May 1, 2012
0 notes

CQRS and Hook.io

Hook.io is popular library for node.js, which allows you to build up distributed cluster of applications (hooks) which communicate by sending an events to each other. Command and query responsibility segregation (cqrs) is the way to design your server, where write and read side are completely separated. In last few weeks I’ve found those two perfectly match each other, allowing you to build up decoupled, scalable and fault tolerant applications. I expect reader to be familiar with both hook.io and cqrs. If you’re not, links above would be a great start.

Look into architecture

To build up your application, you would split it into multiple pieces - hooks. Each hook is a process with a single responsibility (the pattern is used in OOP as single responsibility principle, although its well suitable on the processes level as well). Each hooks does its job and emit event if something happens. Another hook, can listen for an event and act on that. Its basically observer pattern and thats the way hooks talk to each other (inter process communication is implemented in hook.io and is based on dnode).

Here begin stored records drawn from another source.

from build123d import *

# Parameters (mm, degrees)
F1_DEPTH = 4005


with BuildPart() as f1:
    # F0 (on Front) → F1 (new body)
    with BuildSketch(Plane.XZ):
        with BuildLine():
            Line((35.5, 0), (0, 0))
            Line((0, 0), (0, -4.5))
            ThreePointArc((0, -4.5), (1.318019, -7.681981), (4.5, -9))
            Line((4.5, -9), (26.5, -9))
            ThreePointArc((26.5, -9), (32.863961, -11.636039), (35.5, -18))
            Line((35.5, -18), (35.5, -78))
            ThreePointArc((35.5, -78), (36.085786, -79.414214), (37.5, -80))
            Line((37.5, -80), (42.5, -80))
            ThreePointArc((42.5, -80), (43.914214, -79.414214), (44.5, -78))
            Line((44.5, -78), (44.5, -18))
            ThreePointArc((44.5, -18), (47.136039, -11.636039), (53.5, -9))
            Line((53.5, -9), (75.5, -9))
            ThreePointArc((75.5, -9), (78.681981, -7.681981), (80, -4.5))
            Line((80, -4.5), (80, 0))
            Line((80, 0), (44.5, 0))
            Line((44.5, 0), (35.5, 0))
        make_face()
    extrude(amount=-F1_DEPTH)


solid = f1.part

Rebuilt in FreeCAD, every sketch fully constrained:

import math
import FreeCAD as App
import Part
import Sketcher
from FreeCAD import Vector

doc = App.newDocument("Part")
body = doc.addObject("PartDesign::Body", "Body")

sketch1 = doc.addObject("Sketcher::SketchObject", "Sketch")
body.addObject(sketch1)
sketch1.AttachmentSupport = (doc.XZ_Plane, [""])
sketch1.MapMode = "FlatFace"
sketch1.addGeometry(Part.LineSegment(Vector(0, 0, 0), Vector(0, -4.5, 0)), False)
sketch1.addGeometry(Part.ArcOfCircle(Part.Circle(Vector(4.5, -4.5, 0), Vector(0, 0, 1), 4.5), math.radians(180), math.radians(270)), False)
sketch1.addGeometry(Part.LineSegment(Vector(4.5, -9, 0), Vector(26.5, -9, 0)), False)
sketch1.addGeometry(Part.ArcOfCircle(Part.Circle(Vector(26.5, -18, 0), Vector(0, 0, 1), 9), math.radians(0), math.radians(90)), False)
sketch1.addGeometry(Part.LineSegment(Vector(35.5, -18, 0), Vector(35.5, -78, 0)), False)
sketch1.addGeometry(Part.ArcOfCircle(Part.Circle(Vector(37.5, -78, 0), Vector(0, 0, 1), 2), math.radians(180), math.radians(270)), False)
sketch1.addGeometry(Part.LineSegment(Vector(37.5, -80, 0), Vector(42.5, -80, 0)), False)
sketch1.addGeometry(Part.ArcOfCircle(Part.Circle(Vector(42.5, -78, 0), Vector(0, 0, 1), 2), math.radians(-90), math.radians(0)), False)
sketch1.addGeometry(Part.LineSegment(Vector(44.5, -78, 0), Vector(44.5, -18, 0)), False)
sketch1.addGeometry(Part.ArcOfCircle(Part.Circle(Vector(53.5, -18, 0), Vector(0, 0, 1), 9), math.radians(90), math.radians(180)), False)
sketch1.addGeometry(Part.LineSegment(Vector(53.5, -9, 0), Vector(75.5, -9, 0)), False)
sketch1.addGeometry(Part.ArcOfCircle(Part.Circle(Vector(75.5, -4.5, 0), Vector(0, 0, 1), 4.5), math.radians(-90), math.radians(0)), False)
sketch1.addGeometry(Part.LineSegment(Vector(80, -4.5, 0), Vector(80, 0, 0)), False)
sketch1.addGeometry(Part.LineSegment(Vector(80, 0, 0), Vector(0, 0, 0)), False)
sketch1.addConstraint(Sketcher.Constraint("Tangent", 0, 2, 1, 1))
sketch1.addConstraint(Sketcher.Constraint("Tangent", 1, 2, 2, 1))
sketch1.addConstraint(Sketcher.Constraint("Tangent", 2, 2, 3, 2))
sketch1.addConstraint(Sketcher.Constraint("Tangent", 3, 1, 4, 1))
sketch1.addConstraint(Sketcher.Constraint("Tangent", 4, 2, 5, 1))
sketch1.addConstraint(Sketcher.Constraint("Tangent", 5, 2, 6, 1))
sketch1.addConstraint(Sketcher.Constraint("Tangent", 6, 2, 7, 1))
sketch1.addConstraint(Sketcher.Constraint("Tangent", 7, 2, 8, 1))
sketch1.addConstraint(Sketcher.Constraint("Tangent", 8, 2, 9, 2))
sketch1.addConstraint(Sketcher.Constraint("Tangent", 9, 1, 10, 1))
sketch1.addConstraint(Sketcher.Constraint("Tangent", 10, 2, 11, 1))
sketch1.addConstraint(Sketcher.Constraint("Tangent", 11, 2, 12, 1))
sketch1.addConstraint(Sketcher.Constraint("Coincident", 12, 2, 13, 1))
sketch1.addConstraint(Sketcher.Constraint("Coincident", 13, 2, 0, 1))
sketch1.addConstraint(Sketcher.Constraint("Vertical", 0))
sketch1.addConstraint(Sketcher.Constraint("Horizontal", 2))
sketch1.addConstraint(Sketcher.Constraint("Vertical", 4))
sketch1.addConstraint(Sketcher.Constraint("Horizontal", 6))
sketch1.addConstraint(Sketcher.Constraint("Vertical", 8))
sketch1.addConstraint(Sketcher.Constraint("Horizontal", 10))
sketch1.addConstraint(Sketcher.Constraint("Vertical", 12))
sketch1.addConstraint(Sketcher.Constraint("Horizontal", 13))
sketch1.addConstraint(Sketcher.Constraint("Coincident", 13, 2, -1, 1))
sketch1.addConstraint(Sketcher.Constraint("Equal", 5, 7))
sketch1.addConstraint(Sketcher.Constraint("Equal", 3, 9))
sketch1.addConstraint(Sketcher.Constraint("Equal", 1, 11))
sketch1.addConstraint(Sketcher.Constraint("Horizontal", 3, 3, 9, 3))
sketch1.addConstraint(Sketcher.Constraint("Equal", 2, 10))
sketch1.addConstraint(Sketcher.Constraint("Radius", 3, 9.0))
sketch1.addConstraint(Sketcher.Constraint("Radius", 5, 1.999999))
sketch1.addConstraint(Sketcher.Constraint("Radius", 1, 4.499998))
sketch1.addConstraint(Sketcher.Constraint("DistanceX", 2, 1, 2, 2, 22.0))
sketch1.addConstraint(Sketcher.Constraint("DistanceX", 6, 1, 6, 2, 5.0))
sketch1.addConstraint(Sketcher.Constraint("DistanceY", 4, 2, 4, 1, 60.0))
sketch1.addConstraint(Sketcher.Constraint("DistanceY", 0, 2, 0, 1, 4.5))
pad1 = doc.addObject("PartDesign::Pad", "Pad")
body.addObject(pad1)
pad1.Profile = sketch1
pad1.Length = 4005
pad1.Reversed = True

doc.recompute()
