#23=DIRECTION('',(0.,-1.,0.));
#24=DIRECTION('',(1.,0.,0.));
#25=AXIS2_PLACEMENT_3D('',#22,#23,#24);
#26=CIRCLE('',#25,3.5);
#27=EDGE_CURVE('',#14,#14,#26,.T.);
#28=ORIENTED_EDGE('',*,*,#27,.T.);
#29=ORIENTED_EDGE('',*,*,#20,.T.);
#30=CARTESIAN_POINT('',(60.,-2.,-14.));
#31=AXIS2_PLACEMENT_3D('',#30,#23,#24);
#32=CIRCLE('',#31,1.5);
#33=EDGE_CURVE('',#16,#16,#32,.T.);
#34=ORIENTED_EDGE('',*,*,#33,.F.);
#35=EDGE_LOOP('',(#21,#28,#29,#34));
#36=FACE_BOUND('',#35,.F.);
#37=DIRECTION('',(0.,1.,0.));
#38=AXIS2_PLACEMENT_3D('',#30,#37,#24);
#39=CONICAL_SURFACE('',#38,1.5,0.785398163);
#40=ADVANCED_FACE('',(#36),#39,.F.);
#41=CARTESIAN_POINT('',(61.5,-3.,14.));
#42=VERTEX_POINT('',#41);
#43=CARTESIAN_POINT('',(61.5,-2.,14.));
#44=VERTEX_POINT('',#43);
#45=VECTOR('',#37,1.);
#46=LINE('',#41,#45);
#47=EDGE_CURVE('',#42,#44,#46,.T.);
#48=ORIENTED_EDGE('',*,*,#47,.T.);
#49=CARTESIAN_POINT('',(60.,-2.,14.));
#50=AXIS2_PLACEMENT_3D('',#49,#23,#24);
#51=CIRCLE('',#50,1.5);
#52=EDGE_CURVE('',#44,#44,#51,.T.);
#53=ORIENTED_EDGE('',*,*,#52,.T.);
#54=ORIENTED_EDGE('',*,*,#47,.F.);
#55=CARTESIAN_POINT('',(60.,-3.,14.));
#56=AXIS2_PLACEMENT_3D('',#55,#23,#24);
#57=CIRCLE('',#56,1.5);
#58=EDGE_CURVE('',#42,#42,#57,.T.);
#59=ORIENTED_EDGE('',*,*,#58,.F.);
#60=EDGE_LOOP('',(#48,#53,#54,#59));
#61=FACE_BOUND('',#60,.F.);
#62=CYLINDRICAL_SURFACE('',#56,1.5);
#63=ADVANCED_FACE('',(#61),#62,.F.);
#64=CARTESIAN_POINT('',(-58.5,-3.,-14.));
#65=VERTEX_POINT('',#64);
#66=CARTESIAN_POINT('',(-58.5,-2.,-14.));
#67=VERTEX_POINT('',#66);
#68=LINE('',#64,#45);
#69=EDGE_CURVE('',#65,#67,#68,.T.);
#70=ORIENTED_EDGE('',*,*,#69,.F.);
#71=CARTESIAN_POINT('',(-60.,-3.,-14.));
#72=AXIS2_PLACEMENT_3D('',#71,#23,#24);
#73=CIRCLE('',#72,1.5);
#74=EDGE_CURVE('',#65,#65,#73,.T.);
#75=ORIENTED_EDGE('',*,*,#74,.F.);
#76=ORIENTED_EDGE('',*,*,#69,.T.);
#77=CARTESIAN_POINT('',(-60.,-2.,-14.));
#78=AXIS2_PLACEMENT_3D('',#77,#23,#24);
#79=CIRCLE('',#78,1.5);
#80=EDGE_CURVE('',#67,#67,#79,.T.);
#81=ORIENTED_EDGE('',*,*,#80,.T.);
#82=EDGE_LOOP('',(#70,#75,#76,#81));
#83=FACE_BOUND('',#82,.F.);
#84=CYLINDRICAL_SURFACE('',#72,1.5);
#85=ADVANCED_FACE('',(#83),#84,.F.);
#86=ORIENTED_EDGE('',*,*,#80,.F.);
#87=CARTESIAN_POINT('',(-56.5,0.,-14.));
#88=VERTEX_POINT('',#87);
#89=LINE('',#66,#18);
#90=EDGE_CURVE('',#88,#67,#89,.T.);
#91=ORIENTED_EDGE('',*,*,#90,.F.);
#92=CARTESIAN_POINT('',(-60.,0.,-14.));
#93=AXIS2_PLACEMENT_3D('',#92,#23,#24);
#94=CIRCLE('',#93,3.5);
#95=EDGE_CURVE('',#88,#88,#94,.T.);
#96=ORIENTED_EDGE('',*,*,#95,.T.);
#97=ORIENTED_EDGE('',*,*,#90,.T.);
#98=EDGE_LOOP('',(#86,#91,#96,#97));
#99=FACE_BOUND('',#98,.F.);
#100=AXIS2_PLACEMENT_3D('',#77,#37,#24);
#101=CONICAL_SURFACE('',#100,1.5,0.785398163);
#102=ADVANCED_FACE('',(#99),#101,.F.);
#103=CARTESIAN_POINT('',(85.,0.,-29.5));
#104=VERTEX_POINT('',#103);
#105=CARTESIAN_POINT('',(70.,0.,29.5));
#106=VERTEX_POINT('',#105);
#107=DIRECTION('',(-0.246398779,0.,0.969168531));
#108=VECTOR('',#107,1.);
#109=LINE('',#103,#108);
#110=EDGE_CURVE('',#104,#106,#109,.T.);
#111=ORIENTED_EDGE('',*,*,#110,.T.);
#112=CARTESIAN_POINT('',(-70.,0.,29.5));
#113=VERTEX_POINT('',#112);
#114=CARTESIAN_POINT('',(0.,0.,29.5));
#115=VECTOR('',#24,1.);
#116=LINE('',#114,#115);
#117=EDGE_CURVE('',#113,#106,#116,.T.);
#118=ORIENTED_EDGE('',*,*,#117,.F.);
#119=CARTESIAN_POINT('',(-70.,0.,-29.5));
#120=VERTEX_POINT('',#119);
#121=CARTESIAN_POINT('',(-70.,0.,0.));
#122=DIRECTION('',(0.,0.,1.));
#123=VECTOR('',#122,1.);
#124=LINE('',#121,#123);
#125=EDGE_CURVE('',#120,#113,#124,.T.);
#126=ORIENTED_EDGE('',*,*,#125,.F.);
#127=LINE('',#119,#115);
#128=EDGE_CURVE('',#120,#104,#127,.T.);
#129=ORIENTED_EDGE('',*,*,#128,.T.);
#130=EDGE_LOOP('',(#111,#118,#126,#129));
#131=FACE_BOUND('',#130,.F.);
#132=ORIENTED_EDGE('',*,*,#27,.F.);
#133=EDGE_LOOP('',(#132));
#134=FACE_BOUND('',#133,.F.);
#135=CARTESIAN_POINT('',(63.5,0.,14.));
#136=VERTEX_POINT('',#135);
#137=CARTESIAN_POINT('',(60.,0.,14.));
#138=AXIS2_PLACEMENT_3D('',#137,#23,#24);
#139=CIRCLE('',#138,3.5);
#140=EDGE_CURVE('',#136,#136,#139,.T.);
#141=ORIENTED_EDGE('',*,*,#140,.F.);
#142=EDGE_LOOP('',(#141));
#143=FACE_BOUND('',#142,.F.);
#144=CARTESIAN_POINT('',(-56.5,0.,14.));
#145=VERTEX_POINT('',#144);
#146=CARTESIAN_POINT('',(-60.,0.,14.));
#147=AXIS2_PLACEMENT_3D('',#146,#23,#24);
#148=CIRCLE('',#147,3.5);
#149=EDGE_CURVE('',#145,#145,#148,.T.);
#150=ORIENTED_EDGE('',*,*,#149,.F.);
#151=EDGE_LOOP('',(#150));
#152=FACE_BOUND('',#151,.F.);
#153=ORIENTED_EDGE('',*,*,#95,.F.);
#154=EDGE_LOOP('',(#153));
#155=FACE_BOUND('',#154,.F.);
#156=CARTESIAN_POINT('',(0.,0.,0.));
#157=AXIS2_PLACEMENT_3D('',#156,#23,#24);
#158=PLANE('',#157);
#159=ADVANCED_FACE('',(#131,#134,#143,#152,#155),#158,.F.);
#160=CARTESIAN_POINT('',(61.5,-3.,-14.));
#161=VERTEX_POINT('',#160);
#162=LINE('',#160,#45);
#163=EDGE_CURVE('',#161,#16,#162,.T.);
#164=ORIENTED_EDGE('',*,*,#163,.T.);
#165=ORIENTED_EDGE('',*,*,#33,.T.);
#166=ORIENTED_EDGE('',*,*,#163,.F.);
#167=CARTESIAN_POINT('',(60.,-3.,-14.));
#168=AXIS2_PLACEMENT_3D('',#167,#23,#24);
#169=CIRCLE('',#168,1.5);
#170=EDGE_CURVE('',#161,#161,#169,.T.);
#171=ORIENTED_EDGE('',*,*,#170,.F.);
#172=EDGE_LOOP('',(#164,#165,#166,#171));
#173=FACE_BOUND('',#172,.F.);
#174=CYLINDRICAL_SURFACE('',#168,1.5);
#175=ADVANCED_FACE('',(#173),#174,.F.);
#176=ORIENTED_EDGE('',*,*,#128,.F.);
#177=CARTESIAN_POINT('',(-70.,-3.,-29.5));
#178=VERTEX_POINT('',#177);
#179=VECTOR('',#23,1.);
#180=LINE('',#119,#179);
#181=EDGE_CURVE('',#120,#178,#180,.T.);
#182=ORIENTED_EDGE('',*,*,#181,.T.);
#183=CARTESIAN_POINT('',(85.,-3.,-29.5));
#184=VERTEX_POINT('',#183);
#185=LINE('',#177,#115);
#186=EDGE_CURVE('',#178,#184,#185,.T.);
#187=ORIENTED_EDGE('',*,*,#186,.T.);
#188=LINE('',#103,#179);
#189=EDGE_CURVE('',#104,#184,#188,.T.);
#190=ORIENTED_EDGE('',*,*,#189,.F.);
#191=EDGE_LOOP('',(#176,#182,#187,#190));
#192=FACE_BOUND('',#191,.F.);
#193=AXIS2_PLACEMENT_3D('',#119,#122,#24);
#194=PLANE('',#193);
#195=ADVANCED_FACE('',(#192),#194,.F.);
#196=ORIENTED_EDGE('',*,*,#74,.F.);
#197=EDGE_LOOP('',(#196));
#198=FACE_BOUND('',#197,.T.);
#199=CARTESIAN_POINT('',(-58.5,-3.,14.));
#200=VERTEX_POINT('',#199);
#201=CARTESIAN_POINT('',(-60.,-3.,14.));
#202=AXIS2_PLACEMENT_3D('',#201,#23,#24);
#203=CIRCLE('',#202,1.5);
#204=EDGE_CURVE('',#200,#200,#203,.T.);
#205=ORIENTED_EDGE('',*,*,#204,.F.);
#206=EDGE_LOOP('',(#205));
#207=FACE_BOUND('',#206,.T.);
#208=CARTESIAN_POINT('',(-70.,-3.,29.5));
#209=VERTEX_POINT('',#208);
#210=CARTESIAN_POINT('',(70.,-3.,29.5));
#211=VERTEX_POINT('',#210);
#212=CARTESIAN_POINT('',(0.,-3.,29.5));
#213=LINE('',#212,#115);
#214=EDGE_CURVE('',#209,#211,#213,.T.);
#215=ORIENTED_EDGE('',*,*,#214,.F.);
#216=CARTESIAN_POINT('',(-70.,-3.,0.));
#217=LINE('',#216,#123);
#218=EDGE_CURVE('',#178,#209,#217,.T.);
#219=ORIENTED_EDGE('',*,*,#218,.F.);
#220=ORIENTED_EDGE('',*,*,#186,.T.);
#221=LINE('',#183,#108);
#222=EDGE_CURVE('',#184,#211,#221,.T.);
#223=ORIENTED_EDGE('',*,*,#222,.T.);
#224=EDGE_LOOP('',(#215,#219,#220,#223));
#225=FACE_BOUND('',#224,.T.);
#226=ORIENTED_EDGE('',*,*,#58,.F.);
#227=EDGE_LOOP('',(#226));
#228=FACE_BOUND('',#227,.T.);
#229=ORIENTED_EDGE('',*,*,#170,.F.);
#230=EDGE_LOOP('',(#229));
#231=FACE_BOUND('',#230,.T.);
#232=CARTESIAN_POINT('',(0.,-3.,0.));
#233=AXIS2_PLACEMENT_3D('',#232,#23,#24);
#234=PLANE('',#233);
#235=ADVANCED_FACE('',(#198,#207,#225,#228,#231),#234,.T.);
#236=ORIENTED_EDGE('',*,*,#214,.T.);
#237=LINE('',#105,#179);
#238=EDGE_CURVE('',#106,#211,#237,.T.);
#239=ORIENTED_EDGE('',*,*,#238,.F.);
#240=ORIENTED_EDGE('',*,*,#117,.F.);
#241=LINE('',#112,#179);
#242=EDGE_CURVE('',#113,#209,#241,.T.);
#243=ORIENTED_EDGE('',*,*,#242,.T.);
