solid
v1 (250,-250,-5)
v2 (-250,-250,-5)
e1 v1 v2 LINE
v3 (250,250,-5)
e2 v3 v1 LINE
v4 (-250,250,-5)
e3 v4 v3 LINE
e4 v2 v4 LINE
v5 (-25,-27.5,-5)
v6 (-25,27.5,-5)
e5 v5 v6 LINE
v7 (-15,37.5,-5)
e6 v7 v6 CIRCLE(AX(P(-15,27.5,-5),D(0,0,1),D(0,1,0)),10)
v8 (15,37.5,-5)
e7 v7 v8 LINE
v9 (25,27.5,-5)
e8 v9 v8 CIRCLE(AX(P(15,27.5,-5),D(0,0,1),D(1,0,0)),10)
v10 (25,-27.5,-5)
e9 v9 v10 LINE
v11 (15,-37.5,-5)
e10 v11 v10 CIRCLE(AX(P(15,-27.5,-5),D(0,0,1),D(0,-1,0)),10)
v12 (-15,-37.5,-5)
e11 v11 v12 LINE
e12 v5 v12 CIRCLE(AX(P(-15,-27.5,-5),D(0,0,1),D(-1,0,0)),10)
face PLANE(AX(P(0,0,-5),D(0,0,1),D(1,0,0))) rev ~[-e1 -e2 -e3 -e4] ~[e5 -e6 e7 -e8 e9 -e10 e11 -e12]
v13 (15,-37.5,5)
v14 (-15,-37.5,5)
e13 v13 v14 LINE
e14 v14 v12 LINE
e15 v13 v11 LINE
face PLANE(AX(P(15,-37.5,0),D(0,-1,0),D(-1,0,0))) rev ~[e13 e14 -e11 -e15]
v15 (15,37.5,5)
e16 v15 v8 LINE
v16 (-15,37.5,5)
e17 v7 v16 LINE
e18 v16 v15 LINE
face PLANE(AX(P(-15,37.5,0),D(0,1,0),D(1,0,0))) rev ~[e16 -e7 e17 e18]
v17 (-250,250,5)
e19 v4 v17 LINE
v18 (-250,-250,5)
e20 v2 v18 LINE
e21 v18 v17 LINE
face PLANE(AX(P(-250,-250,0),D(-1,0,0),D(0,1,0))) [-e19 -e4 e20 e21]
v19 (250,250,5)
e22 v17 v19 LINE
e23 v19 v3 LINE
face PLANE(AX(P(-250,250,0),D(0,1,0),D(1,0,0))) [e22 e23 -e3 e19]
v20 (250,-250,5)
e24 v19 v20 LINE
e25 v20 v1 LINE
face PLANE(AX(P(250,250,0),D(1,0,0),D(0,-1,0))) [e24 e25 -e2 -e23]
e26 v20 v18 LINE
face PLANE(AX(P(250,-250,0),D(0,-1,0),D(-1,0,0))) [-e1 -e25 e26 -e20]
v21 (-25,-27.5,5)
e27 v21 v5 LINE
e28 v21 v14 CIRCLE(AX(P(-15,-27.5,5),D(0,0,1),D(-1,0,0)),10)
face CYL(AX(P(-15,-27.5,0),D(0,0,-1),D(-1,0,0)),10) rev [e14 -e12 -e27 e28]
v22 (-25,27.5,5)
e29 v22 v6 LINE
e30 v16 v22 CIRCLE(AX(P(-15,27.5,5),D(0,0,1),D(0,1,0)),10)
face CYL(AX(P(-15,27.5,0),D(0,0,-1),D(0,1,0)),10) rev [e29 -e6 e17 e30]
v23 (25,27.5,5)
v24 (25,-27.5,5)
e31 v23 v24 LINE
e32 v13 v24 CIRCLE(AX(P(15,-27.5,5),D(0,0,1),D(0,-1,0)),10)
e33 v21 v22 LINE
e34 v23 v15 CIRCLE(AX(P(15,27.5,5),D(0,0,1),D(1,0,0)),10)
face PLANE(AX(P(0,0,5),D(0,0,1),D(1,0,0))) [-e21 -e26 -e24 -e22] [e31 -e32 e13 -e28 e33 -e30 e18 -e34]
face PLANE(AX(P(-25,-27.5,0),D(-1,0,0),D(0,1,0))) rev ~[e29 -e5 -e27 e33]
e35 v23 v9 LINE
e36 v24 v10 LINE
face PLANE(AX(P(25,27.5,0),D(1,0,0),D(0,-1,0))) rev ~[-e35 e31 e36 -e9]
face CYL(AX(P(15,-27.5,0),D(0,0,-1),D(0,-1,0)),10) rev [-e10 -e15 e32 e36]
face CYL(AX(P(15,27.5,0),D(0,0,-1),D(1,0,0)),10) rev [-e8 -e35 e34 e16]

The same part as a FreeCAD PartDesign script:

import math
import FreeCAD as App
import Part
import Sketcher

V = App.Vector
Q = App.Units.Quantity


def add_polygon(sketch, points):
    """Adds a closed chain of lines whose ends are joined by coincident constraints."""
    first, n = sketch.GeometryCount, len(points)
    for a, b in zip(points, points[1:] + points[:1]):
        sketch.addGeometry(Part.LineSegment(App.Vector(*a, 0), App.Vector(*b, 0)), False)
    for i in range(n):
        sketch.addConstraint(Sketcher.Constraint("Coincident", first + i, 2, first + (i + 1) % n, 1))

doc = App.newDocument("Part")
params = doc.addObject("Spreadsheet::Sheet", "Params")
for row, (alias, value) in enumerate([
    ("sketch1_radius", "10 mm"),
    ("sketch1_width", "500 mm"),
    ("sketch1_height", "55 mm"),
    ("pad1_length", "10 mm"),
], start=1):
    params.set(f"A{row}", alias)
    params.set(f"B{row}", "=" + value)
    params.setAlias(f"B{row}", alias)

body = doc.addObject("PartDesign::Body", "Body")

# Sketch on XY plane
sketch1 = body.newObject("Sketcher::SketchObject", "Sketch")
sketch1.AttachmentSupport = (doc.getObject("XY_Plane"), [""])
sketch1.MapMode = "FlatFace"
add_polygon(sketch1, [(250, 250), (-250, 250), (-250, -250), (250, -250)])  # lines 0-3
sketch1.addGeometry(Part.ArcOfCircle(Part.Circle(V(-15, 27.5, 0), V(0, 0, 1), 10), math.radians(90), math.radians(180)), False)  # 4
sketch1.addGeometry(Part.LineSegment(V(-15, 37.5, 0), V(15, 37.5, 0)), False)  # 5
sketch1.addGeometry(Part.ArcOfCircle(Part.Circle(V(15, 27.5, 0), V(0, 0, 1), 10), math.radians(0), math.radians(90)), False)  # 6
sketch1.addGeometry(Part.LineSegment(V(25, 27.5, 0), V(25, -27.5, 0)), False)  # 7
sketch1.addGeometry(Part.ArcOfCircle(Part.Circle(V(15, -27.5, 0), V(0, 0, 1), 10), math.radians(-90), math.radians(0)), False)  # 8
sketch1.addGeometry(Part.LineSegment(V(15, -37.5, 0), V(-15, -37.5, 0)), False)  # 9
sketch1.addGeometry(Part.ArcOfCircle(Part.Circle(V(-15, -27.5, 0), V(0, 0, 1), 10), math.radians(180), math.radians(270)), False)  # 10
sketch1.addGeometry(Part.LineSegment(V(-25, -27.5, 0), V(-25, 27.5, 0)), False)  # 11
sketch1.addConstraint(Sketcher.Constraint("Tangent", 4, 1, 5, 1))
sketch1.addConstraint(Sketcher.Constraint("Tangent", 5, 2, 6, 2))
sketch1.addConstraint(Sketcher.Constraint("Tangent", 6, 1, 7, 1))
sketch1.addConstraint(Sketcher.Constraint("Tangent", 7, 2, 8, 2))
sketch1.addConstraint(Sketcher.Constraint("Tangent", 8, 1, 9, 1))
sketch1.addConstraint(Sketcher.Constraint("Tangent", 9, 2, 10, 2))
sketch1.addConstraint(Sketcher.Constraint("Tangent", 10, 1, 11, 1))
sketch1.addConstraint(Sketcher.Constraint("Tangent", 11, 2, 4, 2))
sketch1.addConstraint(Sketcher.Constraint("Horizontal", 0))
sketch1.addConstraint(Sketcher.Constraint("Vertical", 1))
sketch1.addConstraint(Sketcher.Constraint("Horizontal", 2))
sketch1.addConstraint(Sketcher.Constraint("Vertical", 3))
sketch1.addConstraint(Sketcher.Constraint("Horizontal", 5))
sketch1.addConstraint(Sketcher.Constraint("Vertical", 7))
sketch1.addConstraint(Sketcher.Constraint("Horizontal", 9))
sketch1.addConstraint(Sketcher.Constraint("Vertical", 11))
sketch1.addConstraint(Sketcher.Constraint("Equal", 4, 6))
sketch1.addConstraint(Sketcher.Constraint("Equal", 6, 8))
sketch1.addConstraint(Sketcher.Constraint("Equal", 8, 10))
sketch1.addConstraint(Sketcher.Constraint("Symmetric", 4, 3, 8, 3, -1, 1))
sketch1.addConstraint(Sketcher.Constraint("Symmetric", 0, 2, 2, 2, -1, 1))
sketch1.addConstraint(Sketcher.Constraint("Equal", 2, 1))
sketch1.addConstraint(Sketcher.Constraint("Radius", 4, Q("10 mm")))
sketch1.addConstraint(Sketcher.Constraint("DistanceX", 0, 2, 0, 1, Q("500 mm")))
sketch1.addConstraint(Sketcher.Constraint("DistanceX", 10, 1, 7, 2, Q("50 mm")))
sketch1.addConstraint(Sketcher.Constraint("DistanceY", 7, 2, 7, 1, Q("55 mm")))
sketch1.setExpression("Constraints[26]", "Params.sketch1_radius")
sketch1.setExpression("Constraints[27]", "Params.sketch1_width")
sketch1.setExpression("Constraints[29]", "Params.sketch1_height")
pad1 = body.newObject("PartDesign::Pad", "Pad")
pad1.Profile = sketch1
pad1.setExpression("Length", "Params.pad1_length")
pad1.Midplane = True

doc.recompute()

In case of CQRS system, the application was distributed into 3 main hooks:

Architecture diagram

Fig.1: Green boxes (webserver / domain / denormalizer) represent separate processes (hooks). Each of them works separately and send events (green arrows) to other components. As you can see, events and read view data are stored separately.

Domain

Domain is responsible to encapsulate the business logic. Its a write side of the application stack.

Domain architecture

Fig.2: Domain architecture. The domain has single command bus and multiple handlers (one per each command). Each handler can work with multiple aggregates and orchestrate processing of the command.

Domain listen for a specific set of hook events, where each trigger one command. Command is sent to a command bus, where appropriate handler is chosen. Handler executes the command by calling public API of aggregates (business unit in CQRS system) and each time command result in change of the system state, aggregate emits an event (This pattern is called event sourcing), which is stored in the event storage and emited from domain hook for interested parties.

Denormalizer

Data in the event storage would be hard to use to build up the views. Transforming the events to “read-ready” data (the data displayed in UI - reports, forms, …) is the job for denormalizer. Each time new event arrives, it takes the last snapshot, replay the new event and store the new snapshot (there can be even multiple snapshots with different version being built in parallel).

Denormalizer architecture

Fig.3: The denormalization process can be done either synchronously (directly on new event arrival) or asynchronously (sitting behind the queue, triggered once per X events or once in a given time) if you are ok with the data being stale for a reasonable amount of time. Both approaches can be used for different views.

Webserver

The webserver responsibility is to server the requests. It doesn’t matter which framework, protocol or data type is used. All what is done by webserver is processing the incoming request, build up an event with command to domain (in general when some data need to be saved) or query the read model (if some data need to be loaded from server). Notice the data were already denormalized for a read side, thus loading the data by webserver is trivial and very fast. It mostly does simple query by an ID to the read data storage.

Why cqrs and hook.io?

Scalability

In given configuration, you are able to scale each system component separately. You can choose a different strategy for each or use a different database for your events and for your read data models as well. With a hook.io you can easily distribute the components across your server infrastructure.

Fault tolerance

With a recent changes there is no master hook, thus the system keep running if any hook fail down. On top of that with an autoheal feature, system can try to heal itself by spawning new process after failure. Because hooks are very light-weight processes, they can be spawned in a very fast way, ensuring your system keeps up and running with a minimal down time.

Decoupling

You have well decoupled architecture where your delivery mechanism (webserver) and data persistancy (denormalizer and read model) are decoupled from your business logic (domain). The biggest benefit in my eyes is, that you are allowed to focus on a single thing in a given system component.

Easy webserver switch

Because webserver only responsibility is to handle requests, you would have no problem to change it for another one. It would make sense as well to have multiple webservers side by side. One can serve the HTML pages while other might focus on JSON API (if your HTTP server goes down, your API users wouldn’t worry at all).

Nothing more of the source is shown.